Work required | With both ends included, repeat exactly the lines of the entries below from the one containing "v10 (0,-12.7,0)" down to the one containing "e16 v11 v13 LINE", and no others.
======== Records for the exercise
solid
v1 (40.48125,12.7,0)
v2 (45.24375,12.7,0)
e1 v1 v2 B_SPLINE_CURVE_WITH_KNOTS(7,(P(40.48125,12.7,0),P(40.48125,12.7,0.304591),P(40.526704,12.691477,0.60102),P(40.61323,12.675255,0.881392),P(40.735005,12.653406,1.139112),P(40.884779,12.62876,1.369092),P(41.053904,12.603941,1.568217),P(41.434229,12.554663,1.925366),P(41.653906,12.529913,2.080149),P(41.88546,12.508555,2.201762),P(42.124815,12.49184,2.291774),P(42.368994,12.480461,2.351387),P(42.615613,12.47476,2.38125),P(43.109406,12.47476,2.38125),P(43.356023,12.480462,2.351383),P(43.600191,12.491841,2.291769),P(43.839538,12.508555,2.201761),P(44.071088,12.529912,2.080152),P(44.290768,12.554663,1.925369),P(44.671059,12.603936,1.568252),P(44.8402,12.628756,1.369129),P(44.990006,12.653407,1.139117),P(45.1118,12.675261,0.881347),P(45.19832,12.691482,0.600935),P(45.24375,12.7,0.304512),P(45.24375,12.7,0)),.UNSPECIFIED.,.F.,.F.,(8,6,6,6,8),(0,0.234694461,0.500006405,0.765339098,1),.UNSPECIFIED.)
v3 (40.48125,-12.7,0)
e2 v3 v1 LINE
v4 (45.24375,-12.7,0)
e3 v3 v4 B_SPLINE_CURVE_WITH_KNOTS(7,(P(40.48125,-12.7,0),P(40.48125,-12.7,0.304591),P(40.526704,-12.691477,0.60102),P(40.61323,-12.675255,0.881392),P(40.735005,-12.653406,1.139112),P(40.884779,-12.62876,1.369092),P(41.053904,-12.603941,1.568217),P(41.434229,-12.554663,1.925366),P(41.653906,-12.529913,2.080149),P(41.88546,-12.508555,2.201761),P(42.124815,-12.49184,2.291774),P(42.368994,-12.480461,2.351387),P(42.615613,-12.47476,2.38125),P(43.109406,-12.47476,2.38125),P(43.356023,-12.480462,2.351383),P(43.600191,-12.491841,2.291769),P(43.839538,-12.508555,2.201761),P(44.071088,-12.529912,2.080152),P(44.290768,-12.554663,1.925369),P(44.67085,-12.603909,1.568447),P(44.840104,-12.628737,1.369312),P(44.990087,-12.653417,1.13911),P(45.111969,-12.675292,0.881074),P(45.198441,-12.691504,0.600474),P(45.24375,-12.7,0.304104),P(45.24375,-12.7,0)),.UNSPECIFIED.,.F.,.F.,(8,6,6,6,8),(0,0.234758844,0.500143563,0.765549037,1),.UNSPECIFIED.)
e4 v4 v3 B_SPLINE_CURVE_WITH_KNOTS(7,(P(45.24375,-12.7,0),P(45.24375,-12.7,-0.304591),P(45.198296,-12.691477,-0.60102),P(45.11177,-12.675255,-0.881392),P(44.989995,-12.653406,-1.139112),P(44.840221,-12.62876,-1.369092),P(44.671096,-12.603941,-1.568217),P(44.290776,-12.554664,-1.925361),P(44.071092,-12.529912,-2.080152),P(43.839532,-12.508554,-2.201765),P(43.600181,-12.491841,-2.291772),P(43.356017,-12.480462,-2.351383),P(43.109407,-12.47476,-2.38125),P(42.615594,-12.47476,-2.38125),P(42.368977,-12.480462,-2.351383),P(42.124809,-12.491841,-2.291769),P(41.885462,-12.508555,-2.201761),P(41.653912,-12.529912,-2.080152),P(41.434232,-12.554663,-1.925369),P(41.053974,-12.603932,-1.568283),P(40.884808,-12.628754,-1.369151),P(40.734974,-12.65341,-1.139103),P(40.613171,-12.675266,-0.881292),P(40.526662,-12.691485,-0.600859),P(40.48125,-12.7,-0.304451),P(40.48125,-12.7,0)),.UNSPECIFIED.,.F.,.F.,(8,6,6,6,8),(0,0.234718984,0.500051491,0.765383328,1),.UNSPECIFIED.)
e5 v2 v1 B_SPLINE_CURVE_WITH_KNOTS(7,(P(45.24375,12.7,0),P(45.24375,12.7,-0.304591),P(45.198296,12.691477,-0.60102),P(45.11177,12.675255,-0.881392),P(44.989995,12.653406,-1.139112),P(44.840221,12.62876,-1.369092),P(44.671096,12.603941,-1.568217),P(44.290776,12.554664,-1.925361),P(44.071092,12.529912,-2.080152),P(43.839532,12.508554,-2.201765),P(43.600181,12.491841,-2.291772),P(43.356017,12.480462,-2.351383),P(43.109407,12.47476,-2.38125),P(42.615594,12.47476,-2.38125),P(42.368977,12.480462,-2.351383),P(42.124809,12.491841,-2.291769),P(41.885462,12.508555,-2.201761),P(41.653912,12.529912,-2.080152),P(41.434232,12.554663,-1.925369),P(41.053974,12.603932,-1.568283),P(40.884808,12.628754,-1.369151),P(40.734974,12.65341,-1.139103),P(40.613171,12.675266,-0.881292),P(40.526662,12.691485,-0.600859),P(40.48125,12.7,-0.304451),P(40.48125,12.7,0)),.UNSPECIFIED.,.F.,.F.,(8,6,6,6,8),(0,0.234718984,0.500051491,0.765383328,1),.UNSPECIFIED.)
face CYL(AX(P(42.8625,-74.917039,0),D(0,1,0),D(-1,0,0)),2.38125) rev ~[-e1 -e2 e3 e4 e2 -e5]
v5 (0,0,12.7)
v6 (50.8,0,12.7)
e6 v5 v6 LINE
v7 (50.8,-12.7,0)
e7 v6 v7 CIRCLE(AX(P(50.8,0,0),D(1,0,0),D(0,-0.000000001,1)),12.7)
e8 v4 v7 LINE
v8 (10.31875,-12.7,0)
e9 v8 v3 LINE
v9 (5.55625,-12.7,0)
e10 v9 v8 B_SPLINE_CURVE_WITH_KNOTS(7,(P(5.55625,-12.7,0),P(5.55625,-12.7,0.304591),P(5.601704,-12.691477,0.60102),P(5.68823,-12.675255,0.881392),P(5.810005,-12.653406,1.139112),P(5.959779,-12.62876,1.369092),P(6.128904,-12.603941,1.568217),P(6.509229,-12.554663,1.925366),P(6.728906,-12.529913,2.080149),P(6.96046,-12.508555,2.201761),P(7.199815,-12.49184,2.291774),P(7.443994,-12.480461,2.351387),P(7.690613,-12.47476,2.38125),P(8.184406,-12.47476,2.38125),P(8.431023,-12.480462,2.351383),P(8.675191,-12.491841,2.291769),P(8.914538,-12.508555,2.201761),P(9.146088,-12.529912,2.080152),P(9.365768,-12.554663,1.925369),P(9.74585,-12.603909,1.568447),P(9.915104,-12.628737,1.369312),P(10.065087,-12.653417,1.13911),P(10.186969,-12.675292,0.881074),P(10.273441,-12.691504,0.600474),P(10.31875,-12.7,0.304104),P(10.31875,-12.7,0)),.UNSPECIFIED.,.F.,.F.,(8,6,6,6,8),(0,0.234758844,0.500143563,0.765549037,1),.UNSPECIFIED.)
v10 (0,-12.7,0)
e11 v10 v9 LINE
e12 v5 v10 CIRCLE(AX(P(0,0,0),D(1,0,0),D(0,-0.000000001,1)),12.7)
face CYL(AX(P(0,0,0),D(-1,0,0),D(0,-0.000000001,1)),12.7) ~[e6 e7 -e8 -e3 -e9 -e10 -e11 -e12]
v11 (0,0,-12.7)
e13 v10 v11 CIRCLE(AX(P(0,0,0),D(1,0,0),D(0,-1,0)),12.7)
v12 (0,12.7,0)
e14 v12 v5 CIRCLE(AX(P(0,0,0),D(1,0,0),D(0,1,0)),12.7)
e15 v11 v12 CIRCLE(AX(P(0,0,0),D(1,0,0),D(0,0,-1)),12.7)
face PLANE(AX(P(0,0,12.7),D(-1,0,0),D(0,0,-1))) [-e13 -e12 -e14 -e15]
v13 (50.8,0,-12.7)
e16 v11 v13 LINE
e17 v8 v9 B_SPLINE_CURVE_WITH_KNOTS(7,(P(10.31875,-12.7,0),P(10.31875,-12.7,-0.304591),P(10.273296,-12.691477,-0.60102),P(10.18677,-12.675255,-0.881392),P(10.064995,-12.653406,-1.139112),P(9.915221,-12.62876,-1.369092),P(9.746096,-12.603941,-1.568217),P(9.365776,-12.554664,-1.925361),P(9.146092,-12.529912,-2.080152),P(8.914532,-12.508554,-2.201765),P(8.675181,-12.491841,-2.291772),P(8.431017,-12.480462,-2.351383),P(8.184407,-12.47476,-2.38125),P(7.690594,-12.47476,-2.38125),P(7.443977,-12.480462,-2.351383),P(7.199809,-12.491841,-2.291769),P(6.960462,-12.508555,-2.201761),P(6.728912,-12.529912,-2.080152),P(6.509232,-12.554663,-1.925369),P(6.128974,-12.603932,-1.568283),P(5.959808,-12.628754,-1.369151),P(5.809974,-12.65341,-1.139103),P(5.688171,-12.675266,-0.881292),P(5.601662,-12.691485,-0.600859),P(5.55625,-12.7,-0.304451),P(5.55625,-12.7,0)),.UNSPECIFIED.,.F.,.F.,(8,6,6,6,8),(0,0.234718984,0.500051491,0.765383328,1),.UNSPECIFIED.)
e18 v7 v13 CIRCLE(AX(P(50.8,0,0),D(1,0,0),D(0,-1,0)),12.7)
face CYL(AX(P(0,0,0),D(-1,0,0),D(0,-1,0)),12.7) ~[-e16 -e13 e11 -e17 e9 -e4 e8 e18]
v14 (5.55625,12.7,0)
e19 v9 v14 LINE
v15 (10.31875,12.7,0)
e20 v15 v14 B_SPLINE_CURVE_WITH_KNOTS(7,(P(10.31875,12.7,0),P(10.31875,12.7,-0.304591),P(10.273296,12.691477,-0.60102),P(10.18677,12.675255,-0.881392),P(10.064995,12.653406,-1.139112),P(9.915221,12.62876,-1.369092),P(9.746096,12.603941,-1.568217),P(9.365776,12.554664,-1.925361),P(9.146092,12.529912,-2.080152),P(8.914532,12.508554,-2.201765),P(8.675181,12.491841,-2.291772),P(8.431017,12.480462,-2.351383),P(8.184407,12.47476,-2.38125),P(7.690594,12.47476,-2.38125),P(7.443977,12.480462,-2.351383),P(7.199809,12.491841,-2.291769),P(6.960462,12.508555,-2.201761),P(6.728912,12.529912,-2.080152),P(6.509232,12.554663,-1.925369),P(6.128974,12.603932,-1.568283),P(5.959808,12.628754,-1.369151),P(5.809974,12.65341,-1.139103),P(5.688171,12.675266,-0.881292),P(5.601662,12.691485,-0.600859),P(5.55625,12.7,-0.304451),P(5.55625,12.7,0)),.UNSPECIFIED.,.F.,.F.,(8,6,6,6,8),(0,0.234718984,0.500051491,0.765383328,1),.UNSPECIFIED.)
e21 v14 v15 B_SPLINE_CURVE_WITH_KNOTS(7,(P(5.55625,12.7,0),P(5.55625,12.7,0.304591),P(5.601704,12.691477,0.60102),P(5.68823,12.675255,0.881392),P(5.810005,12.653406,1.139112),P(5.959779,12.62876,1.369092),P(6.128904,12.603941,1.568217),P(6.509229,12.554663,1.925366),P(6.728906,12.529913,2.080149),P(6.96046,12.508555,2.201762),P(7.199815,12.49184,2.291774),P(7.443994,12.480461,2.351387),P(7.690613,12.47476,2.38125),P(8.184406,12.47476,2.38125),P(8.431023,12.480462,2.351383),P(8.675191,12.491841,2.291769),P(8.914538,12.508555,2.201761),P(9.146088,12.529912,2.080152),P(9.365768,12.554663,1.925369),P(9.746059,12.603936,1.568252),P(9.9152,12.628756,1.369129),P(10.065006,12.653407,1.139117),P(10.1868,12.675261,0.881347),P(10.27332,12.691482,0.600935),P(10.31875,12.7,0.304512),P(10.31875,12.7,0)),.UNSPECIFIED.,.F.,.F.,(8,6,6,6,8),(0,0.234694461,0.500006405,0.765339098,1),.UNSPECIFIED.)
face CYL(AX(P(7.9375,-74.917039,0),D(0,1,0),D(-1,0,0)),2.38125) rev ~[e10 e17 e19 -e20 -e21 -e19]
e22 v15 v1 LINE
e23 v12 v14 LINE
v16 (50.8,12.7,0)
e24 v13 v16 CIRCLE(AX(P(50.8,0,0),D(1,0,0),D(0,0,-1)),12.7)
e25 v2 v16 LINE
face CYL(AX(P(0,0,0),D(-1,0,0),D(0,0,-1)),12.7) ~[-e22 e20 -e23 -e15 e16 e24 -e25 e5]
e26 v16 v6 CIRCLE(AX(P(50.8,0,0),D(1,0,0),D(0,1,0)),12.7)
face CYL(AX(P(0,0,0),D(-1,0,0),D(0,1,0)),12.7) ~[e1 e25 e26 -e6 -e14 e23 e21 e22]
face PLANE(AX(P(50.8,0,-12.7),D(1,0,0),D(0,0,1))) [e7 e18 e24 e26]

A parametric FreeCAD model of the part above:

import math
import FreeCAD as App
import Part
import Sketcher

V = App.Vector
Q = App.Units.Quantity


def add_polygon(sketch, points):
    """Adds a closed chain of lines whose ends are joined by coincident constraints."""
    first, n = sketch.GeometryCount, len(points)
    for a, b in zip(points, points[1:] + points[:1]):
        sketch.addGeometry(Part.LineSegment(App.Vector(*a, 0), App.Vector(*b, 0)), False)
    for i in range(n):
        sketch.addConstraint(Sketcher.Constraint("Coincident", first + i, 2, first + (i + 1) % n, 1))

doc = App.newDocument("Part")
body = doc.addObject("PartDesign::Body", "Body")

# Sketch on XZ plane
sketch1 = body.newObject("Sketcher::SketchObject", "Sketch")
sketch1.AttachmentSupport = (doc.getObject("XZ_Plane"), [""])
sketch1.MapMode = "FlatFace"
add_polygon(sketch1, [(0, -13), (51, -13), (51, 13), (0, 13)])  # lines 0-3
sketch1.addConstraint(Sketcher.Constraint("Horizontal", 0))
sketch1.addConstraint(Sketcher.Constraint("Vertical", 1))
sketch1.addConstraint(Sketcher.Constraint("Horizontal", 2))
sketch1.addConstraint(Sketcher.Constraint("Vertical", 3))
sketch1.addConstraint(Sketcher.Constraint("Symmetric", 2, 2, 3, 2, -1, 1))
sketch1.addConstraint(Sketcher.Constraint("DistanceX", 0, 1, 0, 2, Q("2 in")))
sketch1.addConstraint(Sketcher.Constraint("DistanceY", 1, 1, 1, 2, Q("1 in")))
pad1 = body.newObject("PartDesign::Pad", "Pad")
pad1.Profile = sketch1
pad1.Length = Q("1 in")
pad1.Midplane = True

# Sketch on XZ plane
sketch2 = body.newObject("Sketcher::SketchObject", "Sketch001")
sketch2.AttachmentSupport = (doc.getObject("XZ_Plane"), [""])
sketch2.MapMode = "FlatFace"
sketch2.AttachmentOffset = App.Placement(V(0, 0, 0.5 * 25.4), App.Rotation())
sketch2.addGeometry(Part.Circle(V(7.9, 0, 0), V(0, 0, 1), 2.4), False)
sketch2.addGeometry(Part.Circle(V(42.9, 0, 0), V(0, 0, 1), 2.4), False)
sketch2.addConstraint(Sketcher.Constraint("Equal", 0, 1))
sketch2.addConstraint(Sketcher.Constraint("PointOnObject", 0, 3, -1))
sketch2.addConstraint(Sketcher.Constraint("PointOnObject", 1, 3, -1))
sketch2.addConstraint(Sketcher.Constraint("Diameter", 0, Q("0.1875 in")))
sketch2.addConstraint(Sketcher.Constraint("DistanceX", -1, 1, 0, 3, Q("0.3125 in")))
sketch2.addConstraint(Sketcher.Constraint("DistanceX", -1, 1, 1, 3, Q("1.6875 in")))
doc.recompute()
hole = body.newObject("PartDesign::Hole", "Hole")
hole.Profile = sketch2
hole.ThreadType = "None"
hole.Diameter = Q("0.1875 in")
hole.DepthType = "ThroughAll"

# Sketch on YZ plane
sketch3 = body.newObject("Sketcher::SketchObject", "Sketch002")
sketch3.AttachmentSupport = (doc.getObject("YZ_Plane"), [""])
sketch3.MapMode = "FlatFace"
sketch3.addGeometry(Part.LineSegment(V(-13, -13, 0), V(-13, 0, 0)), False)
sketch3.addGeometry(Part.ArcOfCircle(Part.Circle(V(0, 0, 0), V(0, 0, 1), 13), math.radians(180), math.radians(270)), False)
sketch3.addGeometry(Part.LineSegment(V(0, -13, 0), V(-13, -13, 0)), False)
sketch3.addGeometry(Part.LineSegment(V(13, -13, 0), V(0, -13, 0)), False)
sketch3.addGeometry(Part.ArcOfCircle(Part.Circle(V(0, 0, 0), V(0, 0, 1), 13), math.radians(-90), math.radians(0)), False)
sketch3.addGeometry(Part.LineSegment(V(13, 0, 0), V(13, -13, 0)), False)
sketch3.addGeometry(Part.ArcOfCircle(Part.Circle(V(0, 0, 0), V(0, 0, 1), 13), math.radians(0), math.radians(90)), False)
sketch3.addGeometry(Part.LineSegment(V(0, 13, 0), V(13, 13, 0)), False)
sketch3.addGeometry(Part.LineSegment(V(13, 13, 0), V(13, 0, 0)), False)
sketch3.addGeometry(Part.ArcOfCircle(Part.Circle(V(0, 0, 0), V(0, 0, 1), 13), math.radians(90), math.radians(180)), False)
sketch3.addGeometry(Part.LineSegment(V(-13, 0, 0), V(-13, 13, 0)), False)
sketch3.addGeometry(Part.LineSegment(V(-13, 13, 0), V(0, 13, 0)), False)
================
Answer to the exercise |
v10 (0,-12.7,0)
e11 v10 v9 LINE
e12 v5 v10 CIRCLE(AX(P(0,0,0),D(1,0,0),D(0,-0.000000001,1)),12.7)
face CYL(AX(P(0,0,0),D(-1,0,0),D(0,-0.000000001,1)),12.7) ~[e6 e7 -e8 -e3 -e9 -e10 -e11 -e12]
v11 (0,0,-12.7)
e13 v10 v11 CIRCLE(AX(P(0,0,0),D(1,0,0),D(0,-1,0)),12.7)
v12 (0,12.7,0)
e14 v12 v5 CIRCLE(AX(P(0,0,0),D(1,0,0),D(0,1,0)),12.7)
e15 v11 v12 CIRCLE(AX(P(0,0,0),D(1,0,0),D(0,0,-1)),12.7)
face PLANE(AX(P(0,0,12.7),D(-1,0,0),D(0,0,-1))) [-e13 -e12 -e14 -e15]
v13 (50.8,0,-12.7)
e16 v11 v13 LINE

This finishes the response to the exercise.